European Elections – Proportional Voting

The European Elections are almost upon us, and I thought it worthwhile explaining the proportional voting system used to calculate the ‘winners’, as it’s so different to the system we are used to. This explanation has been put together from several explanations available on the internet. Apologies for the length, it’s a complicated system to explain!

For UK General Elections, parties each put up one candidate for each constituency. The one with the most votes wins the single seat available (even if that’s with far fewer than 50% of the votes).

For the European Parliament, voting is based on a proportional system. Each party puts up a team of candidates for the multi-seat constituencies. How many of their team get elected depends on their proportion of the vote. Parties have to list their candidates in ranking order: if they win one seat, the top candidate gets it, if they win two seats, the top two, and so on. Voters can then see which individuals are likely to be elected.

Given that it is done regionally, not nationally, with only a few seats in each region, small parties are unlikely to win seats. The share-out is reasonably proportional among the larger parties, but small margins can make the difference between them.

The calculation is based on a method worked out by a 19th Century Belgian mathematician called D’Hondt, and is widely used in proportional representation electoral systems.

Here is an example for a five seat region (like ours):

If there are five parties contesting five seats in one region and the votes are cast as follows:

Smartie Party: 100 votes
Jelly Baby Party: 80 votes
Lollipop Party: 40 votes
Kit Kat Party: 20 votes
Aero Party: 10 votes

The first seat: the Smartie Party has the most votes so the first seat goes to it (the seat goes to the candidate at the top of the list of Smartie Party candidates, independent candidates being treated as a list with only one candidate on it).

The second seat: the number of votes for the Smartie Party is now divided by TWO (i.e. the number of seats the party has plus one) so the votes are now as shown below.
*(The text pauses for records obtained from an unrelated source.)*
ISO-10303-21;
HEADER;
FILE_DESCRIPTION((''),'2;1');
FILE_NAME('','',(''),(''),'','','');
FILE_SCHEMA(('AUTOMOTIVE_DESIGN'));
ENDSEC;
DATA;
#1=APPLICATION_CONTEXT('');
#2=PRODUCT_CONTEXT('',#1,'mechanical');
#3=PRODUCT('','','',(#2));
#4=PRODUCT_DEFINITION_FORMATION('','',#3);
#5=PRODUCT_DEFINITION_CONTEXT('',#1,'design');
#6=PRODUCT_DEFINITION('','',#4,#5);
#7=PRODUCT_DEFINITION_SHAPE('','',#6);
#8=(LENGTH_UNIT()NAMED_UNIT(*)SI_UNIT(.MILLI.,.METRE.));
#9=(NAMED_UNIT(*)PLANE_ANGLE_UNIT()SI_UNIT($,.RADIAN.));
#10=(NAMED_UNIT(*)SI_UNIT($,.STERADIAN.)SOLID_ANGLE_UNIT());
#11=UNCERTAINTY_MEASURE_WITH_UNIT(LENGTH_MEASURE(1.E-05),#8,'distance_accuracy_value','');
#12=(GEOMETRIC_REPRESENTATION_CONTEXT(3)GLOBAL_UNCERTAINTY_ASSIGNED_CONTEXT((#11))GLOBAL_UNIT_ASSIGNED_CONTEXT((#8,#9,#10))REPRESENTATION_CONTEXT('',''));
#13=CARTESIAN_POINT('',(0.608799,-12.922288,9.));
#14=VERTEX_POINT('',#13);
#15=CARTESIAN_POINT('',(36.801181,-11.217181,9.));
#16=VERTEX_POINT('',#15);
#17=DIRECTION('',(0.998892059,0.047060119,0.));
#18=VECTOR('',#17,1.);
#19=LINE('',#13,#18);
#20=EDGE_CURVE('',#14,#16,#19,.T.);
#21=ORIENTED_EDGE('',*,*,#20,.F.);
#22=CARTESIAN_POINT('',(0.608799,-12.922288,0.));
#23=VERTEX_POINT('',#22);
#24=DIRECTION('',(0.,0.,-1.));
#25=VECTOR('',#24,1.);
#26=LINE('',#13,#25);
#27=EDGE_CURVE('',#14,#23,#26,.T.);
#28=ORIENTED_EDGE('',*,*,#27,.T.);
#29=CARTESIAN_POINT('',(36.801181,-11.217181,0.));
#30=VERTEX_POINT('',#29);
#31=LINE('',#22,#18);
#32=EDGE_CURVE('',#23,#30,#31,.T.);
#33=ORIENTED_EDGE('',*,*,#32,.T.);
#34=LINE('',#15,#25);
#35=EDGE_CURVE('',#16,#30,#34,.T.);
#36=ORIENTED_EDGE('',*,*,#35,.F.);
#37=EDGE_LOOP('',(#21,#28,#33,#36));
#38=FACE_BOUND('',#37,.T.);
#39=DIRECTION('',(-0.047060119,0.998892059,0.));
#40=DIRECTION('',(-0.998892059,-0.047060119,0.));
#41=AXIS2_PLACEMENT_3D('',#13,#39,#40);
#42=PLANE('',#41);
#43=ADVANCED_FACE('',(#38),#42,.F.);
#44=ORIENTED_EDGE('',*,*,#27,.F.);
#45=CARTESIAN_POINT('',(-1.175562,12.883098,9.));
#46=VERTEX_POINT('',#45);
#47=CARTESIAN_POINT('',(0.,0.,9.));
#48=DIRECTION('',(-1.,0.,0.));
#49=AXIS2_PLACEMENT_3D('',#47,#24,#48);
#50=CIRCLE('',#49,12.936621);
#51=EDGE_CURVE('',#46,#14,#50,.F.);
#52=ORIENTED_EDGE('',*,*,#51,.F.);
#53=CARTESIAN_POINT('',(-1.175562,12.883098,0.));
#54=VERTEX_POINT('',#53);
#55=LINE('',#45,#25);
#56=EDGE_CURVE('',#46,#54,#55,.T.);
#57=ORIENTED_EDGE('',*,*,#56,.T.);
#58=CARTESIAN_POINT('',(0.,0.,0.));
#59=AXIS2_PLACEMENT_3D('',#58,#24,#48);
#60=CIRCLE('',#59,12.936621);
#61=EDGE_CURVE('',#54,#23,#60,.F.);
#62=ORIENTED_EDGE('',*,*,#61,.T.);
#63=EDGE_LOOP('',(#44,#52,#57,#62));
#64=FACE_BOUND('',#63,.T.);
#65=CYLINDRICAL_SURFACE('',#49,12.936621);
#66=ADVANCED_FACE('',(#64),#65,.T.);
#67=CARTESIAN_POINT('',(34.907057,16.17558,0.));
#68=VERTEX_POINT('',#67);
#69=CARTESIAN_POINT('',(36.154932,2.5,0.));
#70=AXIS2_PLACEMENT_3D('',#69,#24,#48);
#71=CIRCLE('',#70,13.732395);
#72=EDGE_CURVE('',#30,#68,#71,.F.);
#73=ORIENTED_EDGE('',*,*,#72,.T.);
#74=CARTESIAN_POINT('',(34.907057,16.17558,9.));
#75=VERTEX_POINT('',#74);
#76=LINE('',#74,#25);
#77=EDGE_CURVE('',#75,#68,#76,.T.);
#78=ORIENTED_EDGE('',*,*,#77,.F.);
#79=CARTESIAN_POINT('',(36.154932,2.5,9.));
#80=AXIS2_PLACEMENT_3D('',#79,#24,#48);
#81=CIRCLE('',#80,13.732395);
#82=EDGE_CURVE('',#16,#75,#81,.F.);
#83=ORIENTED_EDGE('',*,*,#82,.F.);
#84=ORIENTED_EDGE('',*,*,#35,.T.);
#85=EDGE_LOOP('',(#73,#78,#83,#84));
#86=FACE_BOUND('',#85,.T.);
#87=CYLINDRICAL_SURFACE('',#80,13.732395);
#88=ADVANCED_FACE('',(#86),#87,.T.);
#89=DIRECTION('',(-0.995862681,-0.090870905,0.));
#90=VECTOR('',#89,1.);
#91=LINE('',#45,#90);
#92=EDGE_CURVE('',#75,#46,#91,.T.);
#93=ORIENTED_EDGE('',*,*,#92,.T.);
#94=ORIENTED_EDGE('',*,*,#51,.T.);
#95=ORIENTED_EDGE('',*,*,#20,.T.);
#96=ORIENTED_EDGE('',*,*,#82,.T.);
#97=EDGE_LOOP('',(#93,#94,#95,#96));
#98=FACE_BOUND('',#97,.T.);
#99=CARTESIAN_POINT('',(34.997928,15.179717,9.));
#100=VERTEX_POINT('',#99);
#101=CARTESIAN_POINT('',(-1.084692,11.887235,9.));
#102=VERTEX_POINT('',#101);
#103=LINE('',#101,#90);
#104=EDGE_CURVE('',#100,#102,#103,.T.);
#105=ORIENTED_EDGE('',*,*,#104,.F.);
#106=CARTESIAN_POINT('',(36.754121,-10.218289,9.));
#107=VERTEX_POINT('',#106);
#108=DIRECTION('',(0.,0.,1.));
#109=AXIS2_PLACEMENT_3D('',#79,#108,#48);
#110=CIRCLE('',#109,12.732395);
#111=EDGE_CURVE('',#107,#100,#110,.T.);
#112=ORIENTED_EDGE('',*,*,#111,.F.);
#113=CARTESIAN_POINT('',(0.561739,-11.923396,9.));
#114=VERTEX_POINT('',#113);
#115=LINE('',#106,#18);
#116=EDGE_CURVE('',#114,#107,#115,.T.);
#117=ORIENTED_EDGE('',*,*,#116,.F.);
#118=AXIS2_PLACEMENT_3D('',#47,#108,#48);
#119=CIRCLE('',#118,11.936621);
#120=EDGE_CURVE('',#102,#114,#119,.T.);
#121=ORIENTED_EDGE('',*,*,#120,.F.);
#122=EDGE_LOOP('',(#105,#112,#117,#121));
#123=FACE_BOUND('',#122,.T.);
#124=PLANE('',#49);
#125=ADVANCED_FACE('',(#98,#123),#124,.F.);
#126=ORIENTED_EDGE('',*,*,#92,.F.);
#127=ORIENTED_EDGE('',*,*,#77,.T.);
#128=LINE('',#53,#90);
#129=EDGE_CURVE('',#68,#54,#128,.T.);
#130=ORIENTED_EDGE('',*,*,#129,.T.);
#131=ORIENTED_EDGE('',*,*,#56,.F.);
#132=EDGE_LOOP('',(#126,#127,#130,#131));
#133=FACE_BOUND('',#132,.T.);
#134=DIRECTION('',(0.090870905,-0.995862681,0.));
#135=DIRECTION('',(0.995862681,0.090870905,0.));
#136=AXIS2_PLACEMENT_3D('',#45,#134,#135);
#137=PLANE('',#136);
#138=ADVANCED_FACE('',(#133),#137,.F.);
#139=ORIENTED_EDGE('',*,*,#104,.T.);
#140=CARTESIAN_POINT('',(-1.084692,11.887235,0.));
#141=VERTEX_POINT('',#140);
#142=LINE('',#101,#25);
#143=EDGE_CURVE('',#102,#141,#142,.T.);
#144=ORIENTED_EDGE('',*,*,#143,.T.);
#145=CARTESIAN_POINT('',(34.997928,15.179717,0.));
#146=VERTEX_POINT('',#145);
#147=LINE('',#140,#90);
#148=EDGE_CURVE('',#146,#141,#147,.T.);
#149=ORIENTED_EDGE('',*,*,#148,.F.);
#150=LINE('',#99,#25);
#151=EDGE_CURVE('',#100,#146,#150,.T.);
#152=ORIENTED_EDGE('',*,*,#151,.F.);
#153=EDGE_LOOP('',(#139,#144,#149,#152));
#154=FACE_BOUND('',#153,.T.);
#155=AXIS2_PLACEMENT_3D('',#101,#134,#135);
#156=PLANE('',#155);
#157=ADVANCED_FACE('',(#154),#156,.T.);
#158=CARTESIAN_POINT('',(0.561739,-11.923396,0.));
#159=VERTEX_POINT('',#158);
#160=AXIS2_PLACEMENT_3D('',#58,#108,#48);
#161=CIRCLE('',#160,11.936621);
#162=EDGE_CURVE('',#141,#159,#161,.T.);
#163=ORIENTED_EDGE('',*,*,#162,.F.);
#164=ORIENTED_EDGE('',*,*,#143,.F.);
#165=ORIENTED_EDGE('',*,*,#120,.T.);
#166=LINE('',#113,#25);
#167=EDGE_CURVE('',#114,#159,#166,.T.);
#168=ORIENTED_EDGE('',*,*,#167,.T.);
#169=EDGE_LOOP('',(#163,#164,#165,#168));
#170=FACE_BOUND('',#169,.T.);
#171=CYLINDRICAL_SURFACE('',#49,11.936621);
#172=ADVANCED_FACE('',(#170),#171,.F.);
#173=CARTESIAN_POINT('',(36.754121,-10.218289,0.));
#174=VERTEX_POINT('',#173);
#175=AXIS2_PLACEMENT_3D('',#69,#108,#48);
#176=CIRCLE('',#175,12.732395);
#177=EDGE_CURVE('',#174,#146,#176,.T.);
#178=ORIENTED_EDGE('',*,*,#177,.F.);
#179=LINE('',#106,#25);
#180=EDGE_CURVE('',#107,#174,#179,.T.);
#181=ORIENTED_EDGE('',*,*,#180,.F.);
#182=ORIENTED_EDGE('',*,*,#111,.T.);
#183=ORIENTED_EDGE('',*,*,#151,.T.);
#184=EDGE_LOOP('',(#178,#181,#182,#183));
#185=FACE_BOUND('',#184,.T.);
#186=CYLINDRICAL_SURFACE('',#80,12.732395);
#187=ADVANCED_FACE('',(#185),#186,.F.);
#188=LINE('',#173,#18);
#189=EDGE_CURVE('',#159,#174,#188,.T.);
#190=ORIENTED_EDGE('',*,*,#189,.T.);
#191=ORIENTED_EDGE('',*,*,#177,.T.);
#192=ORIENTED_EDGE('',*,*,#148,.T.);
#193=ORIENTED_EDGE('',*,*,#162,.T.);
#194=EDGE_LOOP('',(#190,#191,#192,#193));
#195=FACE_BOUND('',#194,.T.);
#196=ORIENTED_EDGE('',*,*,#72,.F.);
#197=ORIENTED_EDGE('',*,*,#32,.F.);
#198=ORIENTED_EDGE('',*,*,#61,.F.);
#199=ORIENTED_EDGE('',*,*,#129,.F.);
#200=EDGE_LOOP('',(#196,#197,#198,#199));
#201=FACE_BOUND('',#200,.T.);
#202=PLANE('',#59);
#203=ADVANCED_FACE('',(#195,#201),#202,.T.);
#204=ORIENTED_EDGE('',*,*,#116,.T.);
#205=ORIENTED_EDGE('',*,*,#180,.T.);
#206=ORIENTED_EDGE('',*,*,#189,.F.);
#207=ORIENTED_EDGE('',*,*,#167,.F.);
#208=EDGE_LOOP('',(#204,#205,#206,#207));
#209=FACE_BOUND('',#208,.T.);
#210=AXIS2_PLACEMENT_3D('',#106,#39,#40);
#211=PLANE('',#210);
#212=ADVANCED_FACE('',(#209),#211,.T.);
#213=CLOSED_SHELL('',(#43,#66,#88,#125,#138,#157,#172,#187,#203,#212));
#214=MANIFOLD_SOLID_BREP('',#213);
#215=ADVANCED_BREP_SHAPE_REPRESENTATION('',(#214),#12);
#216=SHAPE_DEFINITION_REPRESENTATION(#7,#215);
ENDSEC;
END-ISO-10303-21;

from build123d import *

# Parameters (mm, degrees)
EXTRUDE_THIN1_DEPTH = 9


with BuildPart() as part:
    # Sketch2 → Extrude-Thin1 (new body)
    with BuildSketch(Plane.XY):
        with BuildLine():
            Line((36.801180622, -11.217180761), (0.608798914, -12.922287717))
            ThreePointArc((0.608798914, -12.922287717), (-12.905804339, -0.892395827), (-1.175562428, 12.883097801))
            Line((-1.175562428, 12.883097801), (34.907057259, 16.175580142))
            ThreePointArc((34.907057259, 16.175580142), (49.854615891, 3.447290073), (36.801180622, -11.217180761))
        make_face()
        with BuildLine():
            Line((36.754120503, -10.218288702), (0.561738795, -11.923395658))
            ThreePointArc((0.561738795, -11.923395658), (-11.908186445, -0.823413684), (-1.084691523, 11.88723512))
            Line((-1.084691523, 11.88723512), (34.997928163, 15.179717461))
            ThreePointArc((34.997928163, 15.179717461), (48.856997996, 3.378307929), (36.754120503, -10.218288702))
        make_face(mode=Mode.SUBTRACT)
    extrude(amount=EXTRUDE_THIN1_DEPTH)


solid = part.part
The Jelly Baby Party now has the most votes so it gets the second seat (which goes to the person at the top of the list of Jelly Baby Party candidates).

Smartie Party now has (100 divided by 2) = 50 votes
Jelly Baby Party: 80 votes
Lollipop Party: 40 Votes
Kit Kat Party: 20 votes
Aero Party: 10 votes

The third seat: the number of votes for the Jelly Baby party is now divided by TWO (i.e. the number of seats the party now has plus one), so the votes are now as shown below. The third seat goes to the Smartie Party, which at 50 votes now has the highest number of votes. The seat goes to the second person on the Smartie Party list of candidates.

Smartie Party: 50 votes
Jelly Baby Party now has (80 divided 2) = 40 votes
Lollipop Party: 40 votes
Kit Kat Party: 20 votes
Aero Party: 10 votes

The fourth and fifth seats: the original number of votes for the Smartie Party is now divided by THREE (i.e. the number of seats it now has plus one). So now when it comes to allocating the fourth and the fifth seat, the Jelly Baby party and the Lollipop Party both have 40 votes and will be given the fourth and fifth seats. One seat goes to the second candidate on the Jelly Baby list and the other one to the first person on Lollipop Party candidate list.

Smartie Party has (100 divided by 3) = 33 votes
Jelly Baby Party: 40 votes
Lollipop Party: 40 votes
Kit Kat Party: 20 votes
Aero Party: 10 votes

The final result is:

Smartie Party: 2 seats
Jelly Baby Party: 2 seats
Lollipop Party: 1 seat
Kit Kat Party: 0 seats
Aero Party: 0 seats

What is striking about this is that none of the small parties get enough votes to gain a seat. A vote for them is a “wasted vote” in terms of seats. If the top two parties are close, which is quite conceivable, then a very small margin can determine which one gets the last seat (and therefore the most seats). Multiplied across several regions, that could change the result nationwide and the perceptions of who won.